Back in 1986 we were having meetings in Chickasha Oklahoma. A lot of people came to this weeks meetings. A young man that I had met once before, came from New York City and was there as well. Bro. B. in the middle of one of his teachings, came forth with some news about me and that young man. He announced that God had told him that this person and me should be together and get married.... IN TWO DAYS!!! Well, this person and I never talked between that day and the day we were to be married. ( we did meet in New York months before) I went to Bro. B. and said to him that I hadn't talked to him yet. Bro. B. said, "you have the rest of your life to talk"... I left his office feeling weird. Every girl wants a guy to ask her to marry him?? The point here was they told you what God said, and you did it. No questions asked. If you didn't do it, you were going against the will of God. Who wants to do that.
I was a single mom and this meant that this strange man was coming into our home. I wanted to meet someone and get married, but not like this. I trusted Bro. B.and this person and I were married in two days just like he said.
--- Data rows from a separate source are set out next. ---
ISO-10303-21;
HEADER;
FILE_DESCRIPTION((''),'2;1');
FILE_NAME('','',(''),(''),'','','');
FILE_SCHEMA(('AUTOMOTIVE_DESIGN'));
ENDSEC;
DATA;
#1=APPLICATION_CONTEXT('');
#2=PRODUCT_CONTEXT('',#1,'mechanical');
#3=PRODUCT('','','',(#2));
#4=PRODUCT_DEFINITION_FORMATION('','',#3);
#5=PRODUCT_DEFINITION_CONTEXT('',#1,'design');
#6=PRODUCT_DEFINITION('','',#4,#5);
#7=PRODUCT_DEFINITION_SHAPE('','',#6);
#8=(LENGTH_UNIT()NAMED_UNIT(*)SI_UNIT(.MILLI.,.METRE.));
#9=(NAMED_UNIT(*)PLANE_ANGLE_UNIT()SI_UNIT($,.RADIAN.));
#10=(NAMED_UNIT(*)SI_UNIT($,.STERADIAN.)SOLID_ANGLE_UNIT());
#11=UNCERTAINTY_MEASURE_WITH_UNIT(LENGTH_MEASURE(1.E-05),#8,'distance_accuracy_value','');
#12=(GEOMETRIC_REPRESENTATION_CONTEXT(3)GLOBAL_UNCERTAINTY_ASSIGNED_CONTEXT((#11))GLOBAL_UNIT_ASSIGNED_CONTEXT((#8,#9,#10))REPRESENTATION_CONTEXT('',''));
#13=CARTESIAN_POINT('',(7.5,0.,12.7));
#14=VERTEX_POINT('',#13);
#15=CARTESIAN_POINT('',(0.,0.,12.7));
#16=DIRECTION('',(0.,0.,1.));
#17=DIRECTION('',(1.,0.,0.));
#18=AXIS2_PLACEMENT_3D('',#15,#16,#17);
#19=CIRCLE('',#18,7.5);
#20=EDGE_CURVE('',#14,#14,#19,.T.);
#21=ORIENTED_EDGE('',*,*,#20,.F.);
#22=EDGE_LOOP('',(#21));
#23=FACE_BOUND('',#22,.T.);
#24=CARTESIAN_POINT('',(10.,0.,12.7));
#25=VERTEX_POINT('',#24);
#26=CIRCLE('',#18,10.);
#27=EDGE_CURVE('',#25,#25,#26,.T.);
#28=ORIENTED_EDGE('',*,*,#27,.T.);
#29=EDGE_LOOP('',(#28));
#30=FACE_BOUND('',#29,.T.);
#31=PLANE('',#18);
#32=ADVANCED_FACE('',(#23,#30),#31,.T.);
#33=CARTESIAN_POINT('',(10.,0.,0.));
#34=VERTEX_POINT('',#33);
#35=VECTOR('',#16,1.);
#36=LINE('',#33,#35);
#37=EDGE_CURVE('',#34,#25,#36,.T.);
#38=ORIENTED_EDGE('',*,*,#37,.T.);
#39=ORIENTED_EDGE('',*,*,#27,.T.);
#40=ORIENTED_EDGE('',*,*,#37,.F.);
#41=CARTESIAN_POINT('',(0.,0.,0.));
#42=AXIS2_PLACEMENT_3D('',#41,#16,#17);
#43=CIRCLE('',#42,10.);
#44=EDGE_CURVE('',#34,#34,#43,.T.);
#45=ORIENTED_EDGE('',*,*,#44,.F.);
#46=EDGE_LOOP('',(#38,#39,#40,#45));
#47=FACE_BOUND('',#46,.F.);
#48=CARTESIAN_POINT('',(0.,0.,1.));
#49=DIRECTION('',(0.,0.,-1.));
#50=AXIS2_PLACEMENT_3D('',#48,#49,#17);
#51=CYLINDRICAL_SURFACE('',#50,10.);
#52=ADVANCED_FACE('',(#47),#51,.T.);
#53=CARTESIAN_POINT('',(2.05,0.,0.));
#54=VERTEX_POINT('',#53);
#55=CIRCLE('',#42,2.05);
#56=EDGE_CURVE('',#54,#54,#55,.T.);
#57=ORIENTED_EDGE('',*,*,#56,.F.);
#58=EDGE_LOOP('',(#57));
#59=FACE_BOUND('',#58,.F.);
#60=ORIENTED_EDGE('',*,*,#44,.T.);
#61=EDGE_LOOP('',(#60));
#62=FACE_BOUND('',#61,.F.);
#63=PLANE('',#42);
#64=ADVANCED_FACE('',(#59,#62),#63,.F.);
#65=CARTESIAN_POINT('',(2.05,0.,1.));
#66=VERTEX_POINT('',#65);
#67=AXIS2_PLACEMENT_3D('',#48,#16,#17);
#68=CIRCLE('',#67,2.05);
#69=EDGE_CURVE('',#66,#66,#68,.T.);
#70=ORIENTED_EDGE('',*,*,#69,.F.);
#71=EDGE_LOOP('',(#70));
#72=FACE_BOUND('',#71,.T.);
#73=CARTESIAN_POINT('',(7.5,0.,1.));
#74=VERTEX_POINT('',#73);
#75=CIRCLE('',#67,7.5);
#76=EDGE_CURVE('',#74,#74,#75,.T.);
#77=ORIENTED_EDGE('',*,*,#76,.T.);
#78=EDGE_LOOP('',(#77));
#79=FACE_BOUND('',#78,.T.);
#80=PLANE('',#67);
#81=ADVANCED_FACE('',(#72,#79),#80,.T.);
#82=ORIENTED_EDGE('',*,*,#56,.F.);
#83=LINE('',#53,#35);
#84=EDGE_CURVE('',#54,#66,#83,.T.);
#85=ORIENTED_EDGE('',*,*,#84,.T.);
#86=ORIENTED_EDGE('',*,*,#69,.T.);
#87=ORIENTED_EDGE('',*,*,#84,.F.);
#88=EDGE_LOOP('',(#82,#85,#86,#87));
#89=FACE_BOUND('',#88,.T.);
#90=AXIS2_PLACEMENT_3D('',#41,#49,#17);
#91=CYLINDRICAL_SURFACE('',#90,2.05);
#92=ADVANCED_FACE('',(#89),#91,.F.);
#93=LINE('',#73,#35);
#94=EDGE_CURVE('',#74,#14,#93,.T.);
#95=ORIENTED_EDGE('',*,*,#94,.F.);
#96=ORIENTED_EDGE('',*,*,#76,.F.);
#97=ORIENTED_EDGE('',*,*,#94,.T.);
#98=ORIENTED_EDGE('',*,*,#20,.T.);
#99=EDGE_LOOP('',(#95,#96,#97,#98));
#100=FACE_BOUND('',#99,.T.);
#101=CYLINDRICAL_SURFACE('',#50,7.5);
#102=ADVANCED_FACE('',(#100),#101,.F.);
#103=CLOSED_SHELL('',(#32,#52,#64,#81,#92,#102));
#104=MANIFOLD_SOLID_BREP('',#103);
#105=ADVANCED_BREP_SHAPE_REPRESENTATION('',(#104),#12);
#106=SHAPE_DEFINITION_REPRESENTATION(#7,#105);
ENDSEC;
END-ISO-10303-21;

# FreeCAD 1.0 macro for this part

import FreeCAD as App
import Part
import Sketcher

doc = App.newDocument("Part")
body = doc.addObject("PartDesign::Body", "Body")

sketch1 = doc.addObject("Sketcher::SketchObject", "Sketch")
body.addObject(sketch1)
sketch1.AttachmentSupport = (doc.XY_Plane, [""])
sketch1.MapMode = "FlatFace"
sketch1.addGeometry([
    Part.Circle(App.Vector(0, 0, 0), App.Vector(0, 0, 1), 10),
    Part.Circle(App.Vector(0, 0, 0), App.Vector(0, 0, 1), 2),
], False)
sketch1.addConstraint([
    Sketcher.Constraint("Coincident", 0, 3, -1, 1),
    Sketcher.Constraint("Coincident", 1, 3, -1, 1),
    Sketcher.Constraint("Diameter", 0, 20.0),
    Sketcher.Constraint("Diameter", 1, 4.1),
])
pad1 = doc.addObject("PartDesign::Pad", "Pad")
body.addObject(pad1)
pad1.Profile = sketch1
pad1.Length = 1

sketch2 = doc.addObject("Sketcher::SketchObject", "Sketch001")
body.addObject(sketch2)
sketch2.AttachmentSupport = (doc.XY_Plane, [""])
sketch2.MapMode = "FlatFace"
sketch2.AttachmentOffset = App.Placement(App.Vector(0, 0, 1), App.Rotation())
sketch2.addGeometry([
    Part.Circle(App.Vector(0, 0, 0), App.Vector(0, 0, 1), 10),
    Part.Circle(App.Vector(0, 0, 0), App.Vector(0, 0, 1), 8),
], False)
sketch2.addConstraint([
    Sketcher.Constraint("Coincident", 0, 3, -1, 1),
    Sketcher.Constraint("Coincident", 1, 3, -1, 1),
    Sketcher.Constraint("Diameter", 0, 20.0),
    Sketcher.Constraint("Diameter", 1, 15.0),
])
pad2 = doc.addObject("PartDesign::Pad", "Pad001")
body.addObject(pad2)
pad2.Profile = sketch2
pad2.Length = 11.7

doc.recompute()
This was the beginning of my new level of nightmares.
Through this marriage I had 4 home births without any medical help. We were told to only have your husband and me in the room. I can't tell you how scary this was for me, because I had a daughter 13 years before as a C-section and when I had her I had complications which i would have died if I would have not been in a hospital. My husband knew nothing at all about women or childbirth, like I said he was new in our fellowship and right off the streets of New York City. Now married to me and about to give birth to a child. They told us to trust God rather than man. So going to the hospital was trusting in man??? To me, and sitting where I sat in this group, i saw that men were held to a higher esteem than women. My new husband seemed to jump on that idea. Before I write about that birth, for the next 4 years I had 4 births two girls, two boys. My son Peter has cerebral palsy, my other son Michael Matthew died at a full term birth. He is buried at the Mission.
When I had my first daughter with this marriage, I went into labor and I just didn't seem to be making progress after a few days of labor. This made Bro. B and Mary very angry. This is what happened with my first daughter years ago. So I was very scared with no doctor or midwife or hospital. The evening of the second day Bro. B. came into my room with Mary and said, "If you don't have this baby by midnight God is going to take the baby. Well, I labored all night and at about 5 or 6 in the morning I started pushing. I pushed for 3 hours and out came our angel. Almost 10 pounds! So envision this... my husband is mad at me because i couldn't hurry and have this baby and Bro. B. was mad at me. To say the least Mary was very mad at me. So God didn't take the baby at midnight... Hmmmmmm. Well, a week later Mary came to me and said that God did take the baby and it was a boy, but replaced the baby in my womb with a girl. It was my loss she said. Wow!!! This was as false as you get. Years later after most of us one at a time got away from her, I asked a very close person to Mary why she said this. It was obviously false information. This person replied to me, " Mary said that if she didn't think of something quick it would have made Bro. B. look like a false Prophet"...Mary was also a false prophetess..How many other things did they out and out lie about... I had been duped!!!